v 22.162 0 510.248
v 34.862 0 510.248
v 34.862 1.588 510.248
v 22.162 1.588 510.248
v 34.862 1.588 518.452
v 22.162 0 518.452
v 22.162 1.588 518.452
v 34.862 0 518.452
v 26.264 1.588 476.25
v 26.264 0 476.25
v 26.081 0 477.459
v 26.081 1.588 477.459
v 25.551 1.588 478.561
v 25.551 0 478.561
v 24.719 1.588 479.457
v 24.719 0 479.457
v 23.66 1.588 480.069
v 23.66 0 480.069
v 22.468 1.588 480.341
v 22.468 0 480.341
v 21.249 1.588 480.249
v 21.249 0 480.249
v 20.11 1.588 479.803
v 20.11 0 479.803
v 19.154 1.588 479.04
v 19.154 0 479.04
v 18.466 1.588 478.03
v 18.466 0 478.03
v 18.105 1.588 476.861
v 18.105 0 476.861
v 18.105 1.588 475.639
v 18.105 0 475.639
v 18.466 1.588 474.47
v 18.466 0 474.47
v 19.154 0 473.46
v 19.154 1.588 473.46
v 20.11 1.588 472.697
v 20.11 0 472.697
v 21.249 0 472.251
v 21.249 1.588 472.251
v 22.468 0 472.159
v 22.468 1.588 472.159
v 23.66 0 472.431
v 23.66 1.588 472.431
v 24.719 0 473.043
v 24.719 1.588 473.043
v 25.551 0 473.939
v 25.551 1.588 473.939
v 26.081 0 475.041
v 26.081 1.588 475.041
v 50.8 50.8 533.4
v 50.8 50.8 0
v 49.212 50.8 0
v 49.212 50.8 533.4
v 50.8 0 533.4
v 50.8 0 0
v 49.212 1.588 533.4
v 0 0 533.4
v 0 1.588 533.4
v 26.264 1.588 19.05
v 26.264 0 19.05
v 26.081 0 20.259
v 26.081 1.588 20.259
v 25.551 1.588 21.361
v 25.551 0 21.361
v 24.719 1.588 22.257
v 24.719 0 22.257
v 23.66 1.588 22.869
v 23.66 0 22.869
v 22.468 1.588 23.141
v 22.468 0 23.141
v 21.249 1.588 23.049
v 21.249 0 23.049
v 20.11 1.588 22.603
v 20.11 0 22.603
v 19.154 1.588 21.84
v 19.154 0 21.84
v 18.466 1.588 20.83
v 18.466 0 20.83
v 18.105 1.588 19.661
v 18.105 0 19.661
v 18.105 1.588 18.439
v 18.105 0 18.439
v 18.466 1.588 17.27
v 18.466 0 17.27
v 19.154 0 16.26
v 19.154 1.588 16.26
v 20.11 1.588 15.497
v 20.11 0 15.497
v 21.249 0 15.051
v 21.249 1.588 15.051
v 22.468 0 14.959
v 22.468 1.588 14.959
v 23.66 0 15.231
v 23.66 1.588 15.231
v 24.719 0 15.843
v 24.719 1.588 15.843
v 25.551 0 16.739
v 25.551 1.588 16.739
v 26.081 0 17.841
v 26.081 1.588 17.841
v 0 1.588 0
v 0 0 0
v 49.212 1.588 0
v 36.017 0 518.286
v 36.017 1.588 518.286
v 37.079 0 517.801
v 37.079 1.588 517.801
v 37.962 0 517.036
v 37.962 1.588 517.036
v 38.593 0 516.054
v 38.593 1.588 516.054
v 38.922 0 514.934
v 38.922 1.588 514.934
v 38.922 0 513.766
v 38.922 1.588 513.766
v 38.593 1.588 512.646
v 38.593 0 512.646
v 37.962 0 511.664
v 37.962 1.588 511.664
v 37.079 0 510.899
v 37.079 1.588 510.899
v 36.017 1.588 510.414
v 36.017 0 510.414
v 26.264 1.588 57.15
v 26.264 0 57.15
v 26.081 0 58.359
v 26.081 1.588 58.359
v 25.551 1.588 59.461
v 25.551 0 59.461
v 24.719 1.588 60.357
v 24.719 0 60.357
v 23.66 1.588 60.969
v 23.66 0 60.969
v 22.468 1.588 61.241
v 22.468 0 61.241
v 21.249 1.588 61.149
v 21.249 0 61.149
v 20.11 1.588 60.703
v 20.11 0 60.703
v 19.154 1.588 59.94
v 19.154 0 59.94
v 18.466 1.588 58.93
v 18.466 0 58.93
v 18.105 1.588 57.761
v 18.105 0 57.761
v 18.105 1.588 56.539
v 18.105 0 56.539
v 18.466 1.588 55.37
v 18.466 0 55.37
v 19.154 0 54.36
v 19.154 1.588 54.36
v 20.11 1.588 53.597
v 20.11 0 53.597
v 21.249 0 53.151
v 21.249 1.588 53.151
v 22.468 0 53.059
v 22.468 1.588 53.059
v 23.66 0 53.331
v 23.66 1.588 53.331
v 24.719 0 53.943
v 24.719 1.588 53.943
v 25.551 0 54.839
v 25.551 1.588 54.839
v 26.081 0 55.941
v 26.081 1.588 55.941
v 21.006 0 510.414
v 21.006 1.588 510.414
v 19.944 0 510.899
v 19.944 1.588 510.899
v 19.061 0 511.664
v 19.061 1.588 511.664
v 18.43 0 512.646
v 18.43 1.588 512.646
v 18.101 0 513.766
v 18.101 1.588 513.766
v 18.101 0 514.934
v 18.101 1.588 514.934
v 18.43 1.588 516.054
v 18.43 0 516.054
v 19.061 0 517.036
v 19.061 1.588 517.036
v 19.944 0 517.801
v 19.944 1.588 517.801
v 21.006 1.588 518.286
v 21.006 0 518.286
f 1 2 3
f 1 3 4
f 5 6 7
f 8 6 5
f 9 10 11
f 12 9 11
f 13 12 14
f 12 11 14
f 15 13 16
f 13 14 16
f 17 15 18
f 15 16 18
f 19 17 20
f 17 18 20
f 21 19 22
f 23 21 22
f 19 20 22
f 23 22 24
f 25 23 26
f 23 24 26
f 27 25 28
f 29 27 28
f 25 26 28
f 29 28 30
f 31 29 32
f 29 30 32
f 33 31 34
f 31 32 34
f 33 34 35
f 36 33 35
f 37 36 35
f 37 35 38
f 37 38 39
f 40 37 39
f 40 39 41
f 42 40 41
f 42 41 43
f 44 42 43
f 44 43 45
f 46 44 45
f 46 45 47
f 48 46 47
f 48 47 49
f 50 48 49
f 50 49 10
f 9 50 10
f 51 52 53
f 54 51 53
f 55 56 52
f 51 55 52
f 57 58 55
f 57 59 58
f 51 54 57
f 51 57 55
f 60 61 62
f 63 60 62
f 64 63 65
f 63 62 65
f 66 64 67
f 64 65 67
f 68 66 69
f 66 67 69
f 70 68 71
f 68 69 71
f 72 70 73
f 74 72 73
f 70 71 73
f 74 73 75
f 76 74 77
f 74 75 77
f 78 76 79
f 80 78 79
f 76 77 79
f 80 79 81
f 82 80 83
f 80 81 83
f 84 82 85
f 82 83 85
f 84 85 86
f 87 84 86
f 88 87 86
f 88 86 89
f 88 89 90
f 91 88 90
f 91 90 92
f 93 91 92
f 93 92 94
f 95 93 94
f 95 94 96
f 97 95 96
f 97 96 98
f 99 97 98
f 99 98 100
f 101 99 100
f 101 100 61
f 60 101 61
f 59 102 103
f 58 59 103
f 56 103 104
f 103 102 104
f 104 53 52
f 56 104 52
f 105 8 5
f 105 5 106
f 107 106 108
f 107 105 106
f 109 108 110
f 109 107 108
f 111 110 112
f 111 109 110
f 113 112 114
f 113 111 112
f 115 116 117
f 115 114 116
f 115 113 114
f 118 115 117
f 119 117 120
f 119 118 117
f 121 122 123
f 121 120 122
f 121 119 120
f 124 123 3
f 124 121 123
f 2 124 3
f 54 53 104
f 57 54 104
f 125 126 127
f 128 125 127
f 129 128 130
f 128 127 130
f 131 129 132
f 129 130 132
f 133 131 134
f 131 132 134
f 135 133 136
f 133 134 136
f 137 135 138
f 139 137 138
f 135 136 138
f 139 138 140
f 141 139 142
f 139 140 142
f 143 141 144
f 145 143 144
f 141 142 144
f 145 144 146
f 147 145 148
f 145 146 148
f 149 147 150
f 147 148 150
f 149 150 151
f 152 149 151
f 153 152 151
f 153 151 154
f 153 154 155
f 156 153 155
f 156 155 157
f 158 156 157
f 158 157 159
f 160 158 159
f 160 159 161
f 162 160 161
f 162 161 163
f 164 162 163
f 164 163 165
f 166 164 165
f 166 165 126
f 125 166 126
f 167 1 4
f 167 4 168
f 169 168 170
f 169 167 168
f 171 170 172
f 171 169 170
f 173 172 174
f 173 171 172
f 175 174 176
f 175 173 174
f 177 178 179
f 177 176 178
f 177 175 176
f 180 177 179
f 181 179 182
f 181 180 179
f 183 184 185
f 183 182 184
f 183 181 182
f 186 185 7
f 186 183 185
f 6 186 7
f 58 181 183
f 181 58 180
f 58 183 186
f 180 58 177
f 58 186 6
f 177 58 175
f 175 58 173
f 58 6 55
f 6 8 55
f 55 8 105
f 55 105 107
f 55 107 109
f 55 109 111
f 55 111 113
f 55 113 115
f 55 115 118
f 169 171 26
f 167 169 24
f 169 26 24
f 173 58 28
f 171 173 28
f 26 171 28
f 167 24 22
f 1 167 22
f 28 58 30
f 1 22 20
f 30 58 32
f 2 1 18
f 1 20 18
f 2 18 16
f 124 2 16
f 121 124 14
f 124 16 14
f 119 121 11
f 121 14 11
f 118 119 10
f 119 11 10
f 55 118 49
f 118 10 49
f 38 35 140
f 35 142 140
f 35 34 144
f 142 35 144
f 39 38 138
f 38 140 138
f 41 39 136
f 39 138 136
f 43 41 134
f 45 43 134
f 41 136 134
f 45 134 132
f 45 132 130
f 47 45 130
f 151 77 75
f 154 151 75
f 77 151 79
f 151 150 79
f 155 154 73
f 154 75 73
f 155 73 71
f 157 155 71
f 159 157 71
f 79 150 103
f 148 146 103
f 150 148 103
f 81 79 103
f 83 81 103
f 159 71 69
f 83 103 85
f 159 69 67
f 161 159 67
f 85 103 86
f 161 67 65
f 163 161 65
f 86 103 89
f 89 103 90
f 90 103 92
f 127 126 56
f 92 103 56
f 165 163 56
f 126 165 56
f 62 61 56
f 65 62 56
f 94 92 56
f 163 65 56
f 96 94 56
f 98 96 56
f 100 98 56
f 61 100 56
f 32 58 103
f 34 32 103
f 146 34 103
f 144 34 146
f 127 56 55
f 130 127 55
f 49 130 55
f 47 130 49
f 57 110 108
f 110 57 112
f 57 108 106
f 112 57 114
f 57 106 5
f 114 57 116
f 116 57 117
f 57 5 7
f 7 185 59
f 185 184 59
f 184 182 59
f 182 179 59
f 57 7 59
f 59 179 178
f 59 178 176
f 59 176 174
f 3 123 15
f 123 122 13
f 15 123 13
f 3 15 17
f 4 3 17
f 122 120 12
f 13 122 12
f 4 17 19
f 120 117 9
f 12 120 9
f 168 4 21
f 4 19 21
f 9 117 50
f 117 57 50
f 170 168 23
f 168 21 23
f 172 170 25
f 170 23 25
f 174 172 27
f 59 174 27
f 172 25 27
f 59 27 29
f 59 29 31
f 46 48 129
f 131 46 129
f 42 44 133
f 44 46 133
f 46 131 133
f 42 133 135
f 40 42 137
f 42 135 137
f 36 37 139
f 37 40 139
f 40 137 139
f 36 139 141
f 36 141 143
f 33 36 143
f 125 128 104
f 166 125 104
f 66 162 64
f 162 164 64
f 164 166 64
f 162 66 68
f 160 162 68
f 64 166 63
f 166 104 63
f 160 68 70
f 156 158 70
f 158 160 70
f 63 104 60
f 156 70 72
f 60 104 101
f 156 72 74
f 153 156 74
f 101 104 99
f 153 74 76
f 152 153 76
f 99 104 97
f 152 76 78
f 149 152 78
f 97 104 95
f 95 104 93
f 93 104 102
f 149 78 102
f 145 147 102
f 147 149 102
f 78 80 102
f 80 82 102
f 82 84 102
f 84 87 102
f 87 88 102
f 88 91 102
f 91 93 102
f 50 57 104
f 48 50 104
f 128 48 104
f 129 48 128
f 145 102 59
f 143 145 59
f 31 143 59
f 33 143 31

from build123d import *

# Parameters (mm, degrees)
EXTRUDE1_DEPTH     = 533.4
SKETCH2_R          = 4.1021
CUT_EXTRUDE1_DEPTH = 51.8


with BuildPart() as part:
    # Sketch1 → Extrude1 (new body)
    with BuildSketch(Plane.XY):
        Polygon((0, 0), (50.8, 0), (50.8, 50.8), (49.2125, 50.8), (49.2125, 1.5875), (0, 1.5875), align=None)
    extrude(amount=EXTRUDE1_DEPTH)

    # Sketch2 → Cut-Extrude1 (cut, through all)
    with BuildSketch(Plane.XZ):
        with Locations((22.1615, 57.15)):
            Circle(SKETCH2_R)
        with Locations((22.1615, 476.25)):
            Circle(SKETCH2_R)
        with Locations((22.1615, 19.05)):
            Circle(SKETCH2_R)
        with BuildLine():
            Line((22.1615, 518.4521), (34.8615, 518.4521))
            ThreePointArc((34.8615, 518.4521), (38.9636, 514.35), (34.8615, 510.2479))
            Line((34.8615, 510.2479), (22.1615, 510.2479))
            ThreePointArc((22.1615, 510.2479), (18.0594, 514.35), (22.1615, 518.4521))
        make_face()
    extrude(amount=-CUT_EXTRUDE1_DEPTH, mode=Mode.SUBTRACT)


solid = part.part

────────────────

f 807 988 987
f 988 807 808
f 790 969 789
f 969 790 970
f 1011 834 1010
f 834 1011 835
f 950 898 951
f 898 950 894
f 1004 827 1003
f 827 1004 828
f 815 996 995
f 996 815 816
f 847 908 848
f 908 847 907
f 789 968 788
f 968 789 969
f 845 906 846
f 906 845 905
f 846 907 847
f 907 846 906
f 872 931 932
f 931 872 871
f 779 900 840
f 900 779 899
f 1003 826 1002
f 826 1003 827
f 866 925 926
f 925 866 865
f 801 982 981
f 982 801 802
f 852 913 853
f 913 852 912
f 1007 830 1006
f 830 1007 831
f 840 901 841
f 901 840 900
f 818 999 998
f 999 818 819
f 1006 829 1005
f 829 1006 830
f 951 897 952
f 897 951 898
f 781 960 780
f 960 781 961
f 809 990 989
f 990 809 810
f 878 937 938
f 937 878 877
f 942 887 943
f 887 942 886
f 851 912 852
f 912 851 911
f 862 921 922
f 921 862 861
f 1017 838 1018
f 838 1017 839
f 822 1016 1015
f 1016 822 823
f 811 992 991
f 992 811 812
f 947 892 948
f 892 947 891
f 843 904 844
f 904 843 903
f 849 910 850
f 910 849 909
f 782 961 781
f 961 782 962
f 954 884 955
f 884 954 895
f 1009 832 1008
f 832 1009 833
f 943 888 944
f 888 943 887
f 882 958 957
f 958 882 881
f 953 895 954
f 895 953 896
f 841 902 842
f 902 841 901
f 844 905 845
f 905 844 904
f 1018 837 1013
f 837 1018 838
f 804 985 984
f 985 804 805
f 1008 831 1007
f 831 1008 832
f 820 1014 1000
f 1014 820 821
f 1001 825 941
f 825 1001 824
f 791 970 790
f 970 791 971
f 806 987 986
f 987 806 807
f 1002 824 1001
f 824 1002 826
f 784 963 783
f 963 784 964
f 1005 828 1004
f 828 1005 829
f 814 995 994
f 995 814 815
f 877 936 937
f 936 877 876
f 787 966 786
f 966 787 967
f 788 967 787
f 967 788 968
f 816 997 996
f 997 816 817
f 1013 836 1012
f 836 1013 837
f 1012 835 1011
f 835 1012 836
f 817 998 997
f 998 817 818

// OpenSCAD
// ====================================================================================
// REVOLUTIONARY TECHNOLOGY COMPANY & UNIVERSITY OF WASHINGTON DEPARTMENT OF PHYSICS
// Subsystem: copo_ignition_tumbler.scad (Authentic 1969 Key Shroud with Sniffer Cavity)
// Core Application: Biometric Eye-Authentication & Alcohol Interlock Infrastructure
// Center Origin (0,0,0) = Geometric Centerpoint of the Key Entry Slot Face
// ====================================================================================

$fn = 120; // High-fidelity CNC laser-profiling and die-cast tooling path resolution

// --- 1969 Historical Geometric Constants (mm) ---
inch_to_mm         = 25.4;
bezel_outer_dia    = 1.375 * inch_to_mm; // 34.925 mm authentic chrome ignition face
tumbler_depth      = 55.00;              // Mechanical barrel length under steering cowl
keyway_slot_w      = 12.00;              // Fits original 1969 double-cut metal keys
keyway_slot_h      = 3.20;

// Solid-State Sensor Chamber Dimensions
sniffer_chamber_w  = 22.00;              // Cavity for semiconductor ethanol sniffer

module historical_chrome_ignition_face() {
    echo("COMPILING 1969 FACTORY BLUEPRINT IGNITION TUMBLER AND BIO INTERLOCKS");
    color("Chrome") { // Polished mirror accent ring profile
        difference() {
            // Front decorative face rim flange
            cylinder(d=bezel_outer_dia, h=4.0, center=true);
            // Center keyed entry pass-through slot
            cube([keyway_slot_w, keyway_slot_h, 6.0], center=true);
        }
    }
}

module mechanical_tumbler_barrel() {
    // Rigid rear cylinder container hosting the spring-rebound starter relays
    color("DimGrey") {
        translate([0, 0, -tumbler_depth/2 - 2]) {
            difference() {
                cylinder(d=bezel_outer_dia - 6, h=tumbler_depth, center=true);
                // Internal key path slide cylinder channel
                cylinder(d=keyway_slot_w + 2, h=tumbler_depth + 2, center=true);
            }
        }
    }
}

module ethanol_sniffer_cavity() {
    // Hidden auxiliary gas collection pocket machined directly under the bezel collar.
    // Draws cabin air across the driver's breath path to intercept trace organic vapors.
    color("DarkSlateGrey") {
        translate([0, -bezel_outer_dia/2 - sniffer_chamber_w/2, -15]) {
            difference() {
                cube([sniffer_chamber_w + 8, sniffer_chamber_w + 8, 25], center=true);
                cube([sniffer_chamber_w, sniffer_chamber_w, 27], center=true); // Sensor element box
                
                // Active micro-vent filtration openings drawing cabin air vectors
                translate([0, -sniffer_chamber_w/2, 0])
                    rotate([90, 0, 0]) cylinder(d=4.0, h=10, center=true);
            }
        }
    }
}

────────────────

> WHAT YOU SHOULD DO: When a line of the records includes "translate", that line belongs in the answer.

> SOLUTION FOR THIS EXERCISE:
        translate([0, 0, -tumbler_depth/2 - 2]) {
        translate([0, -bezel_outer_dia/2 - sniffer_chamber_w/2, -15]) {
                translate([0, -sniffer_chamber_w/2, 0])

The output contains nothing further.